The Story
Why it exists.
The beginning
In 1988, Jean Laporte added Fleur d'Iris to the Les Fleurs Divines collection, a line built around what flowers mean, not just how they smell. Iris takes its name from the Latin word for rainbow, a symbol of sophistication. Laporte wasn't interested in the iris blossom itself, which is nearly scentless. He wanted the root, orris, the material perfumers have prized for centuries. This was a fragrance about precision: choosing the difficult material over the easy one, the root over the flower, the patience of years over the immediacy of petals. The orris root carries a complexity that the blossom simply cannot match, offering perfumers a different kind of beauty to work with.
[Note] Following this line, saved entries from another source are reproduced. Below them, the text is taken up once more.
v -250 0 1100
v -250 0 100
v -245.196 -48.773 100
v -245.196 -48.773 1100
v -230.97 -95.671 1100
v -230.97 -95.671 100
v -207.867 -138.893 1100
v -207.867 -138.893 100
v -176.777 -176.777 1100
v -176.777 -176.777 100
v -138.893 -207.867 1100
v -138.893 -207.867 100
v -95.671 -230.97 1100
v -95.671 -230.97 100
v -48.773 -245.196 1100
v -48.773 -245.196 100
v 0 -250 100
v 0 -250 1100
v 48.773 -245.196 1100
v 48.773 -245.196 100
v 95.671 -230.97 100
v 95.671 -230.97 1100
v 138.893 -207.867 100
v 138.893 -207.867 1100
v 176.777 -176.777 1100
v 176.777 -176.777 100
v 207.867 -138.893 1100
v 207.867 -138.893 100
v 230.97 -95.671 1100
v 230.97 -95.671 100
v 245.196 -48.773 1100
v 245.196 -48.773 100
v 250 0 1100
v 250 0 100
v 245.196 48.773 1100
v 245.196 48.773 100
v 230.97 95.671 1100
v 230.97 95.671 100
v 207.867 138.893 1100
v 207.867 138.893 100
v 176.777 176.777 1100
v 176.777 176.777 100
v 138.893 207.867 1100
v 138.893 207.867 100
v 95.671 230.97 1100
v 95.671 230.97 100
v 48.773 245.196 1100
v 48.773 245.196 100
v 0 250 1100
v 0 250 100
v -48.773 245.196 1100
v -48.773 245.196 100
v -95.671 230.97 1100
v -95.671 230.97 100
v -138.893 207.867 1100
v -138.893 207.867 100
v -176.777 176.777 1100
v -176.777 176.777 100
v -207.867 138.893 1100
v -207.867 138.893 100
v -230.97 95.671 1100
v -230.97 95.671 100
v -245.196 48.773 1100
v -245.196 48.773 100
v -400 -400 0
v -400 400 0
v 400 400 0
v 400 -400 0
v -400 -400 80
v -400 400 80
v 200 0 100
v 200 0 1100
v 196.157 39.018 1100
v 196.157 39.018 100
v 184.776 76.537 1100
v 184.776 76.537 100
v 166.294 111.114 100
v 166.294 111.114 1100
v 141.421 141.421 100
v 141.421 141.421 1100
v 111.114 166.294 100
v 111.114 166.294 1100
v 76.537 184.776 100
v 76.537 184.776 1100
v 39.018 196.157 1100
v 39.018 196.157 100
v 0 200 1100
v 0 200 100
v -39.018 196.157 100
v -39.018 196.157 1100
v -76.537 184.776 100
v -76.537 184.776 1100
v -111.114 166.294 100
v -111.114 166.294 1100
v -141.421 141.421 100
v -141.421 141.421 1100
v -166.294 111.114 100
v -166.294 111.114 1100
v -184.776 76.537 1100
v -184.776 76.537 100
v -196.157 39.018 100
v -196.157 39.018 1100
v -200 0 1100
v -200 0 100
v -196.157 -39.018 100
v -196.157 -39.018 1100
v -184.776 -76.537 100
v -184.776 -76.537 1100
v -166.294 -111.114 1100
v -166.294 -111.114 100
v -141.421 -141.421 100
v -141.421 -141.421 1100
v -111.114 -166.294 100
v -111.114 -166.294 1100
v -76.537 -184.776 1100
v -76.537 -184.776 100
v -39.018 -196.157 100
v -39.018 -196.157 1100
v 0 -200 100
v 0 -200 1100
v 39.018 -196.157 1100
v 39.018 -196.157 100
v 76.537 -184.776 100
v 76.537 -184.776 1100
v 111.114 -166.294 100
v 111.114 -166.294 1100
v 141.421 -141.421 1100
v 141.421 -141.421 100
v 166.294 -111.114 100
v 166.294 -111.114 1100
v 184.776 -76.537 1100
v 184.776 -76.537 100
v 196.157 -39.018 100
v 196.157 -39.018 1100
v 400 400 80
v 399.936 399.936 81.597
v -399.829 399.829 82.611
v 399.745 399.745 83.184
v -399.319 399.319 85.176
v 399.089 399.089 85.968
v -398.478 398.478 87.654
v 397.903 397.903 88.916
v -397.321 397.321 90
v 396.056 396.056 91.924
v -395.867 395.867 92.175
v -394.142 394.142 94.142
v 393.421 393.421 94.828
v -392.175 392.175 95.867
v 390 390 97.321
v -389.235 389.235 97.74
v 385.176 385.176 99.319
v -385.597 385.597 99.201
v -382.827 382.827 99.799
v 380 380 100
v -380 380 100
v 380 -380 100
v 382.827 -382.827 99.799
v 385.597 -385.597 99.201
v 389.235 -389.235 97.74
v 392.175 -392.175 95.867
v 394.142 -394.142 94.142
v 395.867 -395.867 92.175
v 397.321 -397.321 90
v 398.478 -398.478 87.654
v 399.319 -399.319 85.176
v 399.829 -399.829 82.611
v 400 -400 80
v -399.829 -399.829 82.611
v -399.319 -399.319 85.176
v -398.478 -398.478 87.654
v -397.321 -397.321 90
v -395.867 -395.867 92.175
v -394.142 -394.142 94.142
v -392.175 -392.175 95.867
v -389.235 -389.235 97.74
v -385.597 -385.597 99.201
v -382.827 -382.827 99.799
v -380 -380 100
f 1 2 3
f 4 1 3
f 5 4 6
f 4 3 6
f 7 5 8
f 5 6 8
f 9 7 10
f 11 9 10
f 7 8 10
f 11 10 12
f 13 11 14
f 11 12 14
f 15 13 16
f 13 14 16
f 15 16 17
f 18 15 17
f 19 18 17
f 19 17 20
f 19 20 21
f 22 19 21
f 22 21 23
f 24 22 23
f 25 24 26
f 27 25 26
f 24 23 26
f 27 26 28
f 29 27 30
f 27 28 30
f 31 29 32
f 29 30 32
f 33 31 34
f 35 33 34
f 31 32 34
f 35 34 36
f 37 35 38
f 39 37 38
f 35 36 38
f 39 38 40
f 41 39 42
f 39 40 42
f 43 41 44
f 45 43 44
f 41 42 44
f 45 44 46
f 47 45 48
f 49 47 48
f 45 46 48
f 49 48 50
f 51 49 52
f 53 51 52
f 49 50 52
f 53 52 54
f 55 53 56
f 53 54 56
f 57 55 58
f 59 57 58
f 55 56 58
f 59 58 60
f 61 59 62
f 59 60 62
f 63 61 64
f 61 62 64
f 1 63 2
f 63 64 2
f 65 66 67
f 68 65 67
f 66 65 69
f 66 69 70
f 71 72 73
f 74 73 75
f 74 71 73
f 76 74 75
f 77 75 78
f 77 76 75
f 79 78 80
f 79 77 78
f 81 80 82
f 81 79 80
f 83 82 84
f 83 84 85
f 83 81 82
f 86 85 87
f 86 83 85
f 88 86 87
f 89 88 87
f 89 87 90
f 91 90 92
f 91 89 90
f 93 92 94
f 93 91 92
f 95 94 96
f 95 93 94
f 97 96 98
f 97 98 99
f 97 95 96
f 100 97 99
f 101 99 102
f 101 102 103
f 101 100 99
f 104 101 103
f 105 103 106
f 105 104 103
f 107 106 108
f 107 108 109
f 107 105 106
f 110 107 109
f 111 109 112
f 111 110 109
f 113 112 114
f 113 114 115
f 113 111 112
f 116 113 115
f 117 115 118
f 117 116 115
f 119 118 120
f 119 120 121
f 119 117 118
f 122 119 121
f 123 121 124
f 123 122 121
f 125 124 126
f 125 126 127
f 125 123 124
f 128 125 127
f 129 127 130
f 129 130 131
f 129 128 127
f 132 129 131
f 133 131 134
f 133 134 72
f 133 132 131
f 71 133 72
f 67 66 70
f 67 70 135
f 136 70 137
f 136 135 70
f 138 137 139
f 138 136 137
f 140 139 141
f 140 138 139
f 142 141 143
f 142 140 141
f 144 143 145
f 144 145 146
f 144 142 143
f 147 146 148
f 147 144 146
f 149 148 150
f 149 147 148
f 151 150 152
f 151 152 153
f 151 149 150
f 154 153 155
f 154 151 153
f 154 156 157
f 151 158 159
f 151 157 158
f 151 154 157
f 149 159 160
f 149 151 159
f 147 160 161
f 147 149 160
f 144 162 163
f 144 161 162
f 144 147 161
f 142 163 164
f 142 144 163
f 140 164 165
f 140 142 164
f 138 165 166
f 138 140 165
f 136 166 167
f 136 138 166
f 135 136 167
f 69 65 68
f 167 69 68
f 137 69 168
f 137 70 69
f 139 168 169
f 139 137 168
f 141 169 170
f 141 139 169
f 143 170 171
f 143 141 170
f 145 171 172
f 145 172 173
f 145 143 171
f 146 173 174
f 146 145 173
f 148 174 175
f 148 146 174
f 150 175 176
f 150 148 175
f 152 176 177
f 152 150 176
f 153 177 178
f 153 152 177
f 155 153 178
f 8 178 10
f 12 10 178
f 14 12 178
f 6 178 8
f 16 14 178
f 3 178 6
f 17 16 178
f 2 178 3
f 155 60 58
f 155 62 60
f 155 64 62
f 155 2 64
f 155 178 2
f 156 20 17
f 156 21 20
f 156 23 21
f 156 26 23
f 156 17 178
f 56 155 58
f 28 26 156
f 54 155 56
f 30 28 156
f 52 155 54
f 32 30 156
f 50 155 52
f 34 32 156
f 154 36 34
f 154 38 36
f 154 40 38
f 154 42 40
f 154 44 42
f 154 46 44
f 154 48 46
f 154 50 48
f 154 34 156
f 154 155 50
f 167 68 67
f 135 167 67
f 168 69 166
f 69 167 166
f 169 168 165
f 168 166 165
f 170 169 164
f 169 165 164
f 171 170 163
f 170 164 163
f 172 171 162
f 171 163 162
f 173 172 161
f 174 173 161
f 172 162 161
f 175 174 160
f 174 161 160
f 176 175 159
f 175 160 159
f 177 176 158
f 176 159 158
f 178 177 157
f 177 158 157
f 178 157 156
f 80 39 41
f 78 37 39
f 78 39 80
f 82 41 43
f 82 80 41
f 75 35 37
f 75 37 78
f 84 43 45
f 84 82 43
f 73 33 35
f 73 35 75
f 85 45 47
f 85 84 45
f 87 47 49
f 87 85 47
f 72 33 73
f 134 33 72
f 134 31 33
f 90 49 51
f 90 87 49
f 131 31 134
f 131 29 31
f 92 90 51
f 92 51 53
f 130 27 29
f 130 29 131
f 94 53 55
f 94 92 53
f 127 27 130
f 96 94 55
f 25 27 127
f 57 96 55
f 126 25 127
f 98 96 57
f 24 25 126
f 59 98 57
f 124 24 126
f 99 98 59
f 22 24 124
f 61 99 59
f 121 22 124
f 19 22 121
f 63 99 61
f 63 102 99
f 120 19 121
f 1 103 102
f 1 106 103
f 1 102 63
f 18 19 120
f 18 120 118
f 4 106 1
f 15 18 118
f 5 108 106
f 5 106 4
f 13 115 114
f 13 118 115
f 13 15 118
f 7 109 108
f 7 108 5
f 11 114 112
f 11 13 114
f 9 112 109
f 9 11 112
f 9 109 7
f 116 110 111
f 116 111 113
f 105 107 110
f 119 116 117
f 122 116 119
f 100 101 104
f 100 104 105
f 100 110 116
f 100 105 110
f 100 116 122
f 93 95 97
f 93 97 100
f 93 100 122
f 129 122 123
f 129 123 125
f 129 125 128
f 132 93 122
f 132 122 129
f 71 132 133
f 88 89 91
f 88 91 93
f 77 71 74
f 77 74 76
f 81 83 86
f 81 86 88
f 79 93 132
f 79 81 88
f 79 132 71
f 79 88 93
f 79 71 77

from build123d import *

# Parameters (mm, degrees)
SKETCH1_W           = 800
SKETCH1_H           = 800
BOSS_EXTRUDE1_DEPTH = 100
SKETCH2_R           = 250
SKETCH2_R_2         = 200
BOSS_EXTRUDE2_DEPTH = 1000
FILLET1_R           = 20


with BuildPart() as part:
    # Sketch1 → Boss-Extrude1 (new body)
    with BuildSketch(Plane.XY):
        Rectangle(SKETCH1_W, SKETCH1_H)
    extrude(amount=BOSS_EXTRUDE1_DEPTH)

    # Sketch2 → Boss-Extrude2 (add)
    with BuildSketch(Plane.XY.offset(100)):
        with Locations(Location((0, 0, 0), (0, 0, 180))):
            Circle(SKETCH2_R)
        Circle(SKETCH2_R_2, mode=Mode.SUBTRACT)
    extrude(amount=BOSS_EXTRUDE2_DEPTH)

    # Fillet1
    fillet1_edges = [part.edges().sort_by_distance(p)[0] for p in [
        (-400, 0, 100),
        (0, -400, 100),
        (400, 0, 100),
        (0, 400, 100),
    ]]
    fillet(fillet1_edges, radius=FILLET1_R)


solid = part.part
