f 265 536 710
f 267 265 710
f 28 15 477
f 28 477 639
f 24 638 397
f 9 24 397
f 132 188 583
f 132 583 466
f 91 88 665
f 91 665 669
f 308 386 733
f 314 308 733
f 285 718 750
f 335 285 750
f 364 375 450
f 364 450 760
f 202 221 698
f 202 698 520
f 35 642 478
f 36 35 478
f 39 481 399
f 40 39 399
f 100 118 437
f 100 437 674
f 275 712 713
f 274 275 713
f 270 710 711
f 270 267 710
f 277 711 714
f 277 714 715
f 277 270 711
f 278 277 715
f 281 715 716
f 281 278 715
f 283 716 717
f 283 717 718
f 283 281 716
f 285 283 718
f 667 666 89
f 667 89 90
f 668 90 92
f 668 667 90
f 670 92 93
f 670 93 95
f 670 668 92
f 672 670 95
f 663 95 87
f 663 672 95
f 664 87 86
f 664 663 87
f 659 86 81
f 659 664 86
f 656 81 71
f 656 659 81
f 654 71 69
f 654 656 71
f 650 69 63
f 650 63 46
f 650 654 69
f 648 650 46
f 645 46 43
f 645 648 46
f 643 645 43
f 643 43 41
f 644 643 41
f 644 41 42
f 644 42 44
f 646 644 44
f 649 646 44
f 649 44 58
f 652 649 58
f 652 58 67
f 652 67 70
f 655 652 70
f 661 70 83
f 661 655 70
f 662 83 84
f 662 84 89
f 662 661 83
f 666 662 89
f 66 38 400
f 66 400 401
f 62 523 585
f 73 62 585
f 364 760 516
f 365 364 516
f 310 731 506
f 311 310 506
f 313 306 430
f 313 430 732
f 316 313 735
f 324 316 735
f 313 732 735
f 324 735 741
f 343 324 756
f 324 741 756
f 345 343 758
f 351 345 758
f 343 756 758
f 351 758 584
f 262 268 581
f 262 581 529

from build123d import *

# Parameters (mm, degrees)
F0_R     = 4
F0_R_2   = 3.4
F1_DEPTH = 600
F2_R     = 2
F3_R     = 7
Orris absolute is one of perfumery's most demanding materials. The iris rhizome must be harvested, dried, then processed through a lengthy extraction to develop its characteristic powdery, violet-like character. What arrives in the bottle isn't delicate floral sweetness, it's something cool and refined, with a quality that suggests depth without heaviness. Laporte paired this austerity with rose and jasmine, adding warmth. The green notes and violet in the opening keep everything grounded in something real and tangible.
The evolution
The opening hits cool and green, a sharp edge from the violet that cuts through the rose. For the first part of the wear, there's a brightness that feels like morning. Then the iris takes over. Not gently. The orris root dominates, bringing its powdery quality that some wearers describe as slightly soapy. Jasmine and vanilla soften the middle, but the iris doesn't retreat, it deepens instead, blending with the green until the composition becomes something cohesive and warm. As time passes, the ambergris and musk arrive. The drydown is intimate, close to the skin, the kind that someone leaning in will notice before the wearer does. On fabric, the iris lingers overnight. The longevity of this fragrance means it doesn't need reapplying throughout the day.
Cultural impact
Part of Les Fleurs Divines, a collection built around what flowers symbolize rather than just how they smell. Iris, named for the Latin word for the rainbow, represents sophistication. Released in 1988, it stands as an example of how niche perfumery could approach familiar materials from unexpected angles, finding new territory within well-established olfactory families.